Wacker lowers its outlook for polysilicon unit

Sales at Wacker Polysilicon climbed 3% in 2017 to €1.12-billion (2016: €1.1-billion). Growth was due to a strong rise in volumes despite lower average prices. Prospects of stronger volume and sales growth were impeded by the loss of production at Charleston, KY. As a result, the company’s polysilicon unit had a shortfall of around 6,000 mt of polysilicon that would have been available for sale. EBITDA amounted to €290.4-million, rising by 2 percent (2016: €285.9-million). This gain mainly stemmed from higher sales and a decline in production costs.

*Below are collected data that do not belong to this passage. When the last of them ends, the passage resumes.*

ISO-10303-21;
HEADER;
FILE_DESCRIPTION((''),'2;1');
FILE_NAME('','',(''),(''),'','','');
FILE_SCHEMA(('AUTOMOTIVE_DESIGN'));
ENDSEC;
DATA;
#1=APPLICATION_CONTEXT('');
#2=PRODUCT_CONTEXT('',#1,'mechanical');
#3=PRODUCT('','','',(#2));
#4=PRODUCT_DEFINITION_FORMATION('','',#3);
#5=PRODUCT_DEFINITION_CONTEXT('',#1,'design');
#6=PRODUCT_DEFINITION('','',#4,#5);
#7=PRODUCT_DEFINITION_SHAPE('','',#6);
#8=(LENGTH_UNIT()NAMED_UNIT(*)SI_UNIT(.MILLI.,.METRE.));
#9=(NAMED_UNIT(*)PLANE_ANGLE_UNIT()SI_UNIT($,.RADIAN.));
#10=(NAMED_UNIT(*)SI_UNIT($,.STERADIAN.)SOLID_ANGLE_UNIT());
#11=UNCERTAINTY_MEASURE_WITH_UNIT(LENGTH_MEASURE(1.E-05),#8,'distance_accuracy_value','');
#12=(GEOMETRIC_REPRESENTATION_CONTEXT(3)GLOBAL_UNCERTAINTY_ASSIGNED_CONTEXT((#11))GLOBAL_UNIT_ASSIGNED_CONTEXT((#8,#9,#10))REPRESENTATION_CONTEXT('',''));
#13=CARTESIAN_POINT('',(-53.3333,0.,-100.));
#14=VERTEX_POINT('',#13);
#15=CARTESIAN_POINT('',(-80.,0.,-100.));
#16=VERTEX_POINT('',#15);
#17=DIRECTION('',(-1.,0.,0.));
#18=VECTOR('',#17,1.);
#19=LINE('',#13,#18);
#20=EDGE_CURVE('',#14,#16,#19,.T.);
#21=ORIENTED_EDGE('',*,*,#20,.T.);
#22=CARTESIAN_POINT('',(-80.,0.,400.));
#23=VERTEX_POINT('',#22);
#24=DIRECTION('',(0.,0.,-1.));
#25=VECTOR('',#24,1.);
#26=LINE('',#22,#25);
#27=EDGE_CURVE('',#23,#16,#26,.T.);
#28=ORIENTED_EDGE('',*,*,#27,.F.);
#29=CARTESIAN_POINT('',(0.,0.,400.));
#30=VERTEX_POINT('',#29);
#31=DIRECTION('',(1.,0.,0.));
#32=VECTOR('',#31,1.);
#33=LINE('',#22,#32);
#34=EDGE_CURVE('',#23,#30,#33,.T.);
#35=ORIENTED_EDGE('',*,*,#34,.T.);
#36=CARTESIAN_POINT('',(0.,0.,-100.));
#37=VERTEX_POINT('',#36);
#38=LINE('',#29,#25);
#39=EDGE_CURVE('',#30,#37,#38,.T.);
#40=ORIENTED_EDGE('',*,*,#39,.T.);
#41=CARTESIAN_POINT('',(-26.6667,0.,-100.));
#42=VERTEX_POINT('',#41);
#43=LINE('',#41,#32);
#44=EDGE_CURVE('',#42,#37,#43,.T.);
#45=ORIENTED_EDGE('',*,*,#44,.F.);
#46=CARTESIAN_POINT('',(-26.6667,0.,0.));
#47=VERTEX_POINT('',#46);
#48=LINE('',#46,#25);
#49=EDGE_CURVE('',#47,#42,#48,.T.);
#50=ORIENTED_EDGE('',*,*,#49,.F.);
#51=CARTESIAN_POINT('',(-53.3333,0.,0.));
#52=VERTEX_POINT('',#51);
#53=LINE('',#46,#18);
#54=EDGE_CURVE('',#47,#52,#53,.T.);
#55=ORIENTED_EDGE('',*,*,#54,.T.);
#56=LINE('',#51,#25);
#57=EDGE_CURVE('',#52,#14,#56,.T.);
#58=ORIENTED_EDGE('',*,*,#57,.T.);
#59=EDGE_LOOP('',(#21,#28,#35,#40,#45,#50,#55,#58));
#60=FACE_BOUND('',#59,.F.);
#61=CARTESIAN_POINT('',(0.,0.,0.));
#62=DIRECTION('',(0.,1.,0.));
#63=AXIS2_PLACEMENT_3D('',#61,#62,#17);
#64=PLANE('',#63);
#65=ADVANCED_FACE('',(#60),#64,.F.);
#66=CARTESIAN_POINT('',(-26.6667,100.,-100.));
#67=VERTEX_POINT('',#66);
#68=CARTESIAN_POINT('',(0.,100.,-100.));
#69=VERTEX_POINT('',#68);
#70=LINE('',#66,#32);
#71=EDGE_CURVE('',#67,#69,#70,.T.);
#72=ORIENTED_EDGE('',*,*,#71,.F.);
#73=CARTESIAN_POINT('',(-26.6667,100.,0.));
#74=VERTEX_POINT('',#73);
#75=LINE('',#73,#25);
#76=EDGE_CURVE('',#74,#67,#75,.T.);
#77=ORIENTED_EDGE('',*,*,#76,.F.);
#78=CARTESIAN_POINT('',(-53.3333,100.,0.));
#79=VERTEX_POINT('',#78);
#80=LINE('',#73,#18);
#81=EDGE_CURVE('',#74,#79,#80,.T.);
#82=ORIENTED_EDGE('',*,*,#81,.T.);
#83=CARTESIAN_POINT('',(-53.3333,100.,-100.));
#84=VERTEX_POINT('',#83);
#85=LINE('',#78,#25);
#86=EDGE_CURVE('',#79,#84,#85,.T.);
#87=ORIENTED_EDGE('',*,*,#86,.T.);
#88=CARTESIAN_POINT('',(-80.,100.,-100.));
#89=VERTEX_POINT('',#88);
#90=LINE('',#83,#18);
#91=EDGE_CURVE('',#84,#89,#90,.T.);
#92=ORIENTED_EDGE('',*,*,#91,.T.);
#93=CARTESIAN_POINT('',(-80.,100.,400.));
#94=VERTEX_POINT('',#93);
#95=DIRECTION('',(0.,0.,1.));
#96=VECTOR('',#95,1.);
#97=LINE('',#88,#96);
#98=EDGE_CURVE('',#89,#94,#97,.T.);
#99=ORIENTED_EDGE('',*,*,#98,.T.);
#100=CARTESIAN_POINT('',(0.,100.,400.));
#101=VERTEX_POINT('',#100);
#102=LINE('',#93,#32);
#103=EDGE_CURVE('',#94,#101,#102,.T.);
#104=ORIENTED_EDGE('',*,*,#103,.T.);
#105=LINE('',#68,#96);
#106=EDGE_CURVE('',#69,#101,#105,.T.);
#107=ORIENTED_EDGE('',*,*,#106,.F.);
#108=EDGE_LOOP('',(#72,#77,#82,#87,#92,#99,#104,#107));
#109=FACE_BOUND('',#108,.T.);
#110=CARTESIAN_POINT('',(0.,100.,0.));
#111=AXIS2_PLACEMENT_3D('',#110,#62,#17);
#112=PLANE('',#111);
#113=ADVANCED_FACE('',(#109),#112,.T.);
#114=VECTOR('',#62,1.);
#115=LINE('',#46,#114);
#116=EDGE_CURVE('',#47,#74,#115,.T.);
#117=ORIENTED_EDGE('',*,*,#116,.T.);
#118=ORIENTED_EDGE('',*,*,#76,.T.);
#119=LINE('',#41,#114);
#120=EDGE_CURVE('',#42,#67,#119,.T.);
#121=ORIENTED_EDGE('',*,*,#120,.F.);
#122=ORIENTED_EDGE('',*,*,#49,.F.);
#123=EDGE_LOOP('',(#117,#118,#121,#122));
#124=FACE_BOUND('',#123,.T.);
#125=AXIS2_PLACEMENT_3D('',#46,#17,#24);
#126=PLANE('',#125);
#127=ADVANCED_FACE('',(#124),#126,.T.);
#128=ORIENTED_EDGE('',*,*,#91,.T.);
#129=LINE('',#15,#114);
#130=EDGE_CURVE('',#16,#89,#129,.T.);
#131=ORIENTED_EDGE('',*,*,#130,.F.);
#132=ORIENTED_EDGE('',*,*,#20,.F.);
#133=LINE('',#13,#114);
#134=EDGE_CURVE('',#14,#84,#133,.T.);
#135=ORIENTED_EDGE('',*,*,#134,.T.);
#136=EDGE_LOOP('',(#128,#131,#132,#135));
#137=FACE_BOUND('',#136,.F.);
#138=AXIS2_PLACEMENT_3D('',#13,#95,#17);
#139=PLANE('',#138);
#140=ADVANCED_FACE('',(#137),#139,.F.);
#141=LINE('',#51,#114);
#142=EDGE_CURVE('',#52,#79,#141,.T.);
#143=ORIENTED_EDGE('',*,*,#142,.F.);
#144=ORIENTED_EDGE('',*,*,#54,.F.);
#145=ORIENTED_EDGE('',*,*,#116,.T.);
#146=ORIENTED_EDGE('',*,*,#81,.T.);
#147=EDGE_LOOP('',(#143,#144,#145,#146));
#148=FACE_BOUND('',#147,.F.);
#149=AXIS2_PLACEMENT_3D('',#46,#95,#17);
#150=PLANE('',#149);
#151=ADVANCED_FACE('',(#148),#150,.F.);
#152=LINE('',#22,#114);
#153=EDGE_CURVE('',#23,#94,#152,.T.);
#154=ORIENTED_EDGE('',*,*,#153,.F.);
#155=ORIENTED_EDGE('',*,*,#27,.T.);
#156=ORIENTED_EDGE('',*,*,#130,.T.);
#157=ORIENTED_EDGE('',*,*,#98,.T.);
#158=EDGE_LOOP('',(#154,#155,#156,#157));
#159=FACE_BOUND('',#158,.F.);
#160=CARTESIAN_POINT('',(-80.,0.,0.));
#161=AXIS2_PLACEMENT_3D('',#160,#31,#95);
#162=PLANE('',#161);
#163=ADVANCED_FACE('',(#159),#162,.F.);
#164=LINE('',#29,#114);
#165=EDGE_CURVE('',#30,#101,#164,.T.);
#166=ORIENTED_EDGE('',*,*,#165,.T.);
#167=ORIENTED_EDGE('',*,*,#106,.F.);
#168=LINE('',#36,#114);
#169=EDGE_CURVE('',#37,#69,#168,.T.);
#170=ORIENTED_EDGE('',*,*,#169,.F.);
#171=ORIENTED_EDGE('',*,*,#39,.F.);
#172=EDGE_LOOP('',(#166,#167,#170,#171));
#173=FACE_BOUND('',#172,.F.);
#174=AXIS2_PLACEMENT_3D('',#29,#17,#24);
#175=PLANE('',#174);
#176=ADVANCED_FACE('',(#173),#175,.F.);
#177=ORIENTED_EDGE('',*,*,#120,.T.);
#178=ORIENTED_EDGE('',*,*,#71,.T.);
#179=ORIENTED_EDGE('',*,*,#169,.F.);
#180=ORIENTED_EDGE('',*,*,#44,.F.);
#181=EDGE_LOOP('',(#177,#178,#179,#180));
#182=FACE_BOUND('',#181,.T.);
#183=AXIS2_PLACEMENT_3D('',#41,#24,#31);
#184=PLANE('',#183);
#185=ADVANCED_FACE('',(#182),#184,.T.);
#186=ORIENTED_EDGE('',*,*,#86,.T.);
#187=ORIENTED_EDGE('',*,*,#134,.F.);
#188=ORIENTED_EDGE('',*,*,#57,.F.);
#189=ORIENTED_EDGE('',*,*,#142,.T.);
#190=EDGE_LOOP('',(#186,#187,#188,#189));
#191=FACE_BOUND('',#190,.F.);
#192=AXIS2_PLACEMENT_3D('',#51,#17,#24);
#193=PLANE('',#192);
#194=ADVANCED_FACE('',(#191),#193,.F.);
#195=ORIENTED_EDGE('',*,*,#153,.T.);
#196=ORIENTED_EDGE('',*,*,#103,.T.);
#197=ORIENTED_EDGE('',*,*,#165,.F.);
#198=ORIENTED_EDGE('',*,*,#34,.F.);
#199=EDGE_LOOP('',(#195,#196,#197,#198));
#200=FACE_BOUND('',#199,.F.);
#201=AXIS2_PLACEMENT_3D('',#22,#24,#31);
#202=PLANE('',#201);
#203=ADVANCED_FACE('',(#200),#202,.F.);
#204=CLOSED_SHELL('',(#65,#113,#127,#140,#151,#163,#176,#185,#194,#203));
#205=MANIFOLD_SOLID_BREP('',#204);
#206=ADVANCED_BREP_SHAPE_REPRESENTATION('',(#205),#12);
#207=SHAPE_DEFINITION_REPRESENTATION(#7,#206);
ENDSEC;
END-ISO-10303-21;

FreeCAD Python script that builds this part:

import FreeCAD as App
import Part
import Sketcher

V = App.Vector
Q = App.Units.Quantity


def add_polygon(sketch, points):
    """Adds a closed chain of lines whose ends are joined by coincident constraints."""
    first, n = sketch.GeometryCount, len(points)
    for a, b in zip(points, points[1:] + points[:1]):
        sketch.addGeometry(Part.LineSegment(App.Vector(*a, 0), App.Vector(*b, 0)), False)
    for i in range(n):
        sketch.addConstraint(Sketcher.Constraint("Coincident", first + i, 2, first + (i + 1) % n, 1))

doc = App.newDocument("Part")
body = doc.addObject("PartDesign::Body", "Body")

# Sketch on XZ plane
sketch1 = doc.addObject("Sketcher::SketchObject", "Sketch")
body.addObject(sketch1)
sketch1.AttachmentSupport = (doc.XZ_Plane, [""])
sketch1.MapMode = "FlatFace"
add_polygon(sketch1, [(0, 400), (0, -100), (-27, -100), (-27, 0), (-53, 0), (-53, -100), (-80, -100), (-80, 400)])  # lines 0-7
sketch1.addConstraint([
    Sketcher.Constraint("Vertical", 0),
    Sketcher.Constraint("Horizontal", 1),
    Sketcher.Constraint("Vertical", 2),
    Sketcher.Constraint("Horizontal", 3),
    Sketcher.Constraint("Vertical", 4),
    Sketcher.Constraint("Horizontal", 5),
    Sketcher.Constraint("Vertical", 6),
    Sketcher.Constraint("Horizontal", 7),
    Sketcher.Constraint("PointOnObject", 0, 2, -2),
    Sketcher.Constraint("PointOnObject", 2, 2, -1),
    Sketcher.Constraint("Horizontal", 1, 2, 4, 2),
    Sketcher.Constraint("Equal", 1, 3),
    Sketcher.Constraint("Equal", 3, 5),
    Sketcher.Constraint("DistanceX", 7, 1, 7, 2, Q("80 mm")),
    Sketcher.Constraint("DistanceY", 2, 1, 2, 2, Q("100 mm")),
    Sketcher.Constraint("DistanceY", -1, 1, 6, 2, Q("400 mm")),
])
pad1 = doc.addObject("PartDesign::Pad", "Pad")
body.addObject(pad1)
pad1.Profile = sketch1
pad1.Length = 100
pad1.Reversed = True

doc.recompute()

In its polysilicon business, given the present production shutdown at Charleston, Wacker’s 2018 forecast is that volumes will be at last year’s level, amid lower average prices for polysilicon; the plant was closed on Sept. 7, 2017. Consequently, sales are expected to fall below last year’s figure by a high-single-digit percentage. EBITDA is projected to climb slightly year over year, supported by the continued success of cost-cutting measures, and taking account of insurance compensation.

In 2017, WACKER SILICONES posted substantial sales growth. Climbing 10 percent, its sales reached €2.2-billion (2016: €2-billion). The rise was due to volume gains and somewhat higher prices. EBITDA growth outpaced sales gains year over year. EBITDA climbed 23% to €444.9-million (2016: €361.2-million). This trend was driven by strong volume growth, by somewhat higher prices in several product groups, by high plant utilization and by good cost efficiency.

Overall, WACKER anticipates further increases in raw-material prices in 2018 and headwinds from a stronger euro against the US dollar.